_TASK TO COMPLETE_: Word for word, set down the full listing below.

_DATA TO USE_:
—————

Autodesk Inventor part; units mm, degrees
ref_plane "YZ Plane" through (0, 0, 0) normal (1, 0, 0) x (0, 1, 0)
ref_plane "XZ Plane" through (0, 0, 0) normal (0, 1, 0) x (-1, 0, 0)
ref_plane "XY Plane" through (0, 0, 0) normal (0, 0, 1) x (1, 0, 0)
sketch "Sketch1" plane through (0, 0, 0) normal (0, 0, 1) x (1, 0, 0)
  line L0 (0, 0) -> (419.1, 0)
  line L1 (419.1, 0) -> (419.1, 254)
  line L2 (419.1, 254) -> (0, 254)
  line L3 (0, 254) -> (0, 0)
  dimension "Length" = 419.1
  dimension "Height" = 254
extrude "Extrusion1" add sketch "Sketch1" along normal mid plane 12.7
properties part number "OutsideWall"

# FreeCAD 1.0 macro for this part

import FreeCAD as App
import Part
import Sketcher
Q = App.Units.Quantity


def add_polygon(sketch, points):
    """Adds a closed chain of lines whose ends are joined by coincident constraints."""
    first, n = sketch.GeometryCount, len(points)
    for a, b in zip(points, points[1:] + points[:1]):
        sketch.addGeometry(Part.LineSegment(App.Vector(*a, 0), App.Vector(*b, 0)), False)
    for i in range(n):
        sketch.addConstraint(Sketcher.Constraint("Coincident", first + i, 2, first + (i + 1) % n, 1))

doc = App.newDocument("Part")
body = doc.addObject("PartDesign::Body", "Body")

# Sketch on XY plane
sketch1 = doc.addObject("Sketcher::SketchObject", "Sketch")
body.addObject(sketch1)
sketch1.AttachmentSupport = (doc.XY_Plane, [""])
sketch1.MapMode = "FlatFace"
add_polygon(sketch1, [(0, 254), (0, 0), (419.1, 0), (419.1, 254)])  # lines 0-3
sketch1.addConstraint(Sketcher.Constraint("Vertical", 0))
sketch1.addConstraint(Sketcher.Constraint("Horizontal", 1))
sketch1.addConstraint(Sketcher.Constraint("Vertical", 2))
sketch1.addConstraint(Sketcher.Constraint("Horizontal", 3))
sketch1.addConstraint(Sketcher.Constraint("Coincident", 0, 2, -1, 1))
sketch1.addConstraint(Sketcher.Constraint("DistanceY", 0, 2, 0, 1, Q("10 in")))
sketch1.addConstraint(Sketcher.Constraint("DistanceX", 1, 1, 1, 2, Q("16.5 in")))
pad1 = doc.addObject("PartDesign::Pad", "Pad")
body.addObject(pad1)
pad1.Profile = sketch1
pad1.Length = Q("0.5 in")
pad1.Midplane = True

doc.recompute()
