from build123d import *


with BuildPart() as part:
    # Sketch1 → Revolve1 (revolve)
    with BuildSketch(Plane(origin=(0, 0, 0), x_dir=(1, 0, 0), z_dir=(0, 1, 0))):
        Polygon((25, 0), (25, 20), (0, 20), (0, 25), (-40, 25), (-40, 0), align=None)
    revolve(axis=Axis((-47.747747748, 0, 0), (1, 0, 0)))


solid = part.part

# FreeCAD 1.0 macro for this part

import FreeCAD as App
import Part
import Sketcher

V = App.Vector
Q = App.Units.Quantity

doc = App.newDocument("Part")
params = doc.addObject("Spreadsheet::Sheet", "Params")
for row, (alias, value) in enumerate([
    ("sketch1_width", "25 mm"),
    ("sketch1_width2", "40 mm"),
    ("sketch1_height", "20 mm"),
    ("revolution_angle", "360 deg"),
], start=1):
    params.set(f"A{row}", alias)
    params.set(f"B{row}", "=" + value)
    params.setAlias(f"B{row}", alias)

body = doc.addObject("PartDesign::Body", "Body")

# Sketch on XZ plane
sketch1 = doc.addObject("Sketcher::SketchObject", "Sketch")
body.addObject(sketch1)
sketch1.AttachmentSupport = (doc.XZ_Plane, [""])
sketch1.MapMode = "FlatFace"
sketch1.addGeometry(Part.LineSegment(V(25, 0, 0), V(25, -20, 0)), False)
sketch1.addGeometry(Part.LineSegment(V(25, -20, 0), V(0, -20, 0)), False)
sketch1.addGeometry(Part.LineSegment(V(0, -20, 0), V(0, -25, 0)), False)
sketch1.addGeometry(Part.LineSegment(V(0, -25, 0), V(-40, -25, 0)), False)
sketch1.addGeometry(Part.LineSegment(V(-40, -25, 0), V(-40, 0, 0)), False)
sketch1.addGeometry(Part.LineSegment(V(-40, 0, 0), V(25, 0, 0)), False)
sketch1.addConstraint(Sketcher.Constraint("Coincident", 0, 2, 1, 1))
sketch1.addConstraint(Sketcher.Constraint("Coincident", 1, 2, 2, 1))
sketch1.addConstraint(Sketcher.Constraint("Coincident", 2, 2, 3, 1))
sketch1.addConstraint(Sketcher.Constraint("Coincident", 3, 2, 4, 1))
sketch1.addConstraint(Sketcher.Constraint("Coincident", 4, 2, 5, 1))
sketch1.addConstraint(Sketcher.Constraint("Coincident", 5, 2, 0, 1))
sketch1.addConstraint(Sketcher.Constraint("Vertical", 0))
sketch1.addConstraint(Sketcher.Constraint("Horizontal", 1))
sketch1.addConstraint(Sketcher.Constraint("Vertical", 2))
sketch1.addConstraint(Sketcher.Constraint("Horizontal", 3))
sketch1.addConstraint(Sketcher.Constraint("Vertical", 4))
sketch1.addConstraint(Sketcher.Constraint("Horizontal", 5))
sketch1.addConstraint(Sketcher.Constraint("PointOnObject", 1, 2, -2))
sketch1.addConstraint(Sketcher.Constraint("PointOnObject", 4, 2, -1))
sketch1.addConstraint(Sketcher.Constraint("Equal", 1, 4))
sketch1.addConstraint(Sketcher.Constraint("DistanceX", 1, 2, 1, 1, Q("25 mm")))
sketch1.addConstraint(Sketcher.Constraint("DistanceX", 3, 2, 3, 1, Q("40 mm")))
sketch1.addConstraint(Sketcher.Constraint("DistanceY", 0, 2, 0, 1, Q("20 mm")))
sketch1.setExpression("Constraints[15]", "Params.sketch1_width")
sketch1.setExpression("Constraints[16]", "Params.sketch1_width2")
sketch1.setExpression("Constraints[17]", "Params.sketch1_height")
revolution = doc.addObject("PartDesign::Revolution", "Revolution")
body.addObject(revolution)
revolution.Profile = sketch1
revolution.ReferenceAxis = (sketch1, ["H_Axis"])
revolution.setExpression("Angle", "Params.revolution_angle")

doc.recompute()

—————

_WRITTEN REPLY_:
Autodesk Inventor part; units mm, degrees
ref_plane "YZ Plane" through (0, 0, 0) normal (1, 0, 0) x (0, 1, 0)
ref_plane "XZ Plane" through (0, 0, 0) normal (0, 1, 0) x (-1, 0, 0)
ref_plane "XY Plane" through (0, 0, 0) normal (0, 0, 1) x (1, 0, 0)
sketch "Sketch1" plane through (0, 0, 0) normal (0, 0, 1) x (1, 0, 0)
  line L0 (0, 0) -> (419.1, 0)
  line L1 (419.1, 0) -> (419.1, 254)
  line L2 (419.1, 254) -> (0, 254)
  line L3 (0, 254) -> (0, 0)
  dimension "Length" = 419.1
  dimension "Height" = 254
extrude "Extrusion1" add sketch "Sketch1" along normal mid plane 12.7
properties part number "OutsideWall"

# FreeCAD 1.0 macro for this part

import FreeCAD as App
import Part
import Sketcher
Q = App.Units.Quantity


def add_polygon(sketch, points):
    """Adds a closed chain of lines whose ends are joined by coincident constraints."""
    first, n = sketch.GeometryCount, len(points)
    for a, b in zip(points, points[1:] + points[:1]):
        sketch.addGeometry(Part.LineSegment(App.Vector(*a, 0), App.Vector(*b, 0)), False)
    for i in range(n):
        sketch.addConstraint(Sketcher.Constraint("Coincident", first + i, 2, first + (i + 1) % n, 1))

doc = App.newDocument("Part")
body = doc.addObject("PartDesign::Body", "Body")

# Sketch on XY plane
sketch1 = doc.addObject("Sketcher::SketchObject", "Sketch")
body.addObject(sketch1)
sketch1.AttachmentSupport = (doc.XY_Plane, [""])
sketch1.MapMode = "FlatFace"
add_polygon(sketch1, [(0, 254), (0, 0), (419.1, 0), (419.1, 254)])  # lines 0-3
sketch1.addConstraint(Sketcher.Constraint("Vertical", 0))
sketch1.addConstraint(Sketcher.Constraint("Horizontal", 1))
sketch1.addConstraint(Sketcher.Constraint("Vertical", 2))
sketch1.addConstraint(Sketcher.Constraint("Horizontal", 3))
sketch1.addConstraint(Sketcher.Constraint("Coincident", 0, 2, -1, 1))
sketch1.addConstraint(Sketcher.Constraint("DistanceY", 0, 2, 0, 1, Q("10 in")))
sketch1.addConstraint(Sketcher.Constraint("DistanceX", 1, 1, 1, 2, Q("16.5 in")))
pad1 = doc.addObject("PartDesign::Pad", "Pad")
body.addObject(pad1)
pad1.Profile = sketch1
pad1.Length = Q("0.5 in")
pad1.Midplane = True

doc.recompute()
from build123d import *


with BuildPart() as part:
    # Sketch1 → Revolve1 (revolve)
    with BuildSketch(Plane(origin=(0, 0, 0), x_dir=(1, 0, 0), z_dir=(0, 1, 0))):
        Polygon((25, 0), (25, 20), (0, 20), (0, 25), (-40, 25), (-40, 0), align=None)
    revolve(axis=Axis((-47.747747748, 0, 0), (1, 0, 0)))


solid = part.part

# FreeCAD 1.0 macro for this part

import FreeCAD as App
import Part
import Sketcher

V = App.Vector
Q = App.Units.Quantity

doc = App.newDocument("Part")
params = doc.addObject("Spreadsheet::Sheet", "Params")
for row, (alias, value) in enumerate([
    ("sketch1_width", "25 mm"),
    ("sketch1_width2", "40 mm"),
    ("sketch1_height", "20 mm"),
    ("revolution_angle", "360 deg"),
], start=1):
    params.set(f"A{row}", alias)
    params.set(f"B{row}", "=" + value)
    params.setAlias(f"B{row}", alias)

body = doc.addObject("PartDesign::Body", "Body")

# Sketch on XZ plane
sketch1 = doc.addObject("Sketcher::SketchObject", "Sketch")
body.addObject(sketch1)
sketch1.AttachmentSupport = (doc.XZ_Plane, [""])
sketch1.MapMode = "FlatFace"
sketch1.addGeometry(Part.LineSegment(V(25, 0, 0), V(25, -20, 0)), False)
sketch1.addGeometry(Part.LineSegment(V(25, -20, 0), V(0, -20, 0)), False)
sketch1.addGeometry(Part.LineSegment(V(0, -20, 0), V(0, -25, 0)), False)
sketch1.addGeometry(Part.LineSegment(V(0, -25, 0), V(-40, -25, 0)), False)
sketch1.addGeometry(Part.LineSegment(V(-40, -25, 0), V(-40, 0, 0)), False)
sketch1.addGeometry(Part.LineSegment(V(-40, 0, 0), V(25, 0, 0)), False)
sketch1.addConstraint(Sketcher.Constraint("Coincident", 0, 2, 1, 1))
sketch1.addConstraint(Sketcher.Constraint("Coincident", 1, 2, 2, 1))
sketch1.addConstraint(Sketcher.Constraint("Coincident", 2, 2, 3, 1))
sketch1.addConstraint(Sketcher.Constraint("Coincident", 3, 2, 4, 1))
sketch1.addConstraint(Sketcher.Constraint("Coincident", 4, 2, 5, 1))
sketch1.addConstraint(Sketcher.Constraint("Coincident", 5, 2, 0, 1))
sketch1.addConstraint(Sketcher.Constraint("Vertical", 0))
sketch1.addConstraint(Sketcher.Constraint("Horizontal", 1))
sketch1.addConstraint(Sketcher.Constraint("Vertical", 2))
sketch1.addConstraint(Sketcher.Constraint("Horizontal", 3))
sketch1.addConstraint(Sketcher.Constraint("Vertical", 4))
sketch1.addConstraint(Sketcher.Constraint("Horizontal", 5))
sketch1.addConstraint(Sketcher.Constraint("PointOnObject", 1, 2, -2))
sketch1.addConstraint(Sketcher.Constraint("PointOnObject", 4, 2, -1))
sketch1.addConstraint(Sketcher.Constraint("Equal", 1, 4))
sketch1.addConstraint(Sketcher.Constraint("DistanceX", 1, 2, 1, 1, Q("25 mm")))
sketch1.addConstraint(Sketcher.Constraint("DistanceX", 3, 2, 3, 1, Q("40 mm")))
sketch1.addConstraint(Sketcher.Constraint("DistanceY", 0, 2, 0, 1, Q("20 mm")))
sketch1.setExpression("Constraints[15]", "Params.sketch1_width")
sketch1.setExpression("Constraints[16]", "Params.sketch1_width2")
sketch1.setExpression("Constraints[17]", "Params.sketch1_height")
revolution = doc.addObject("PartDesign::Revolution", "Revolution")
body.addObject(revolution)
revolution.Profile = sketch1
revolution.ReferenceAxis = (sketch1, ["H_Axis"])
revolution.setExpression("Angle", "Params.revolution_angle")

doc.recompute()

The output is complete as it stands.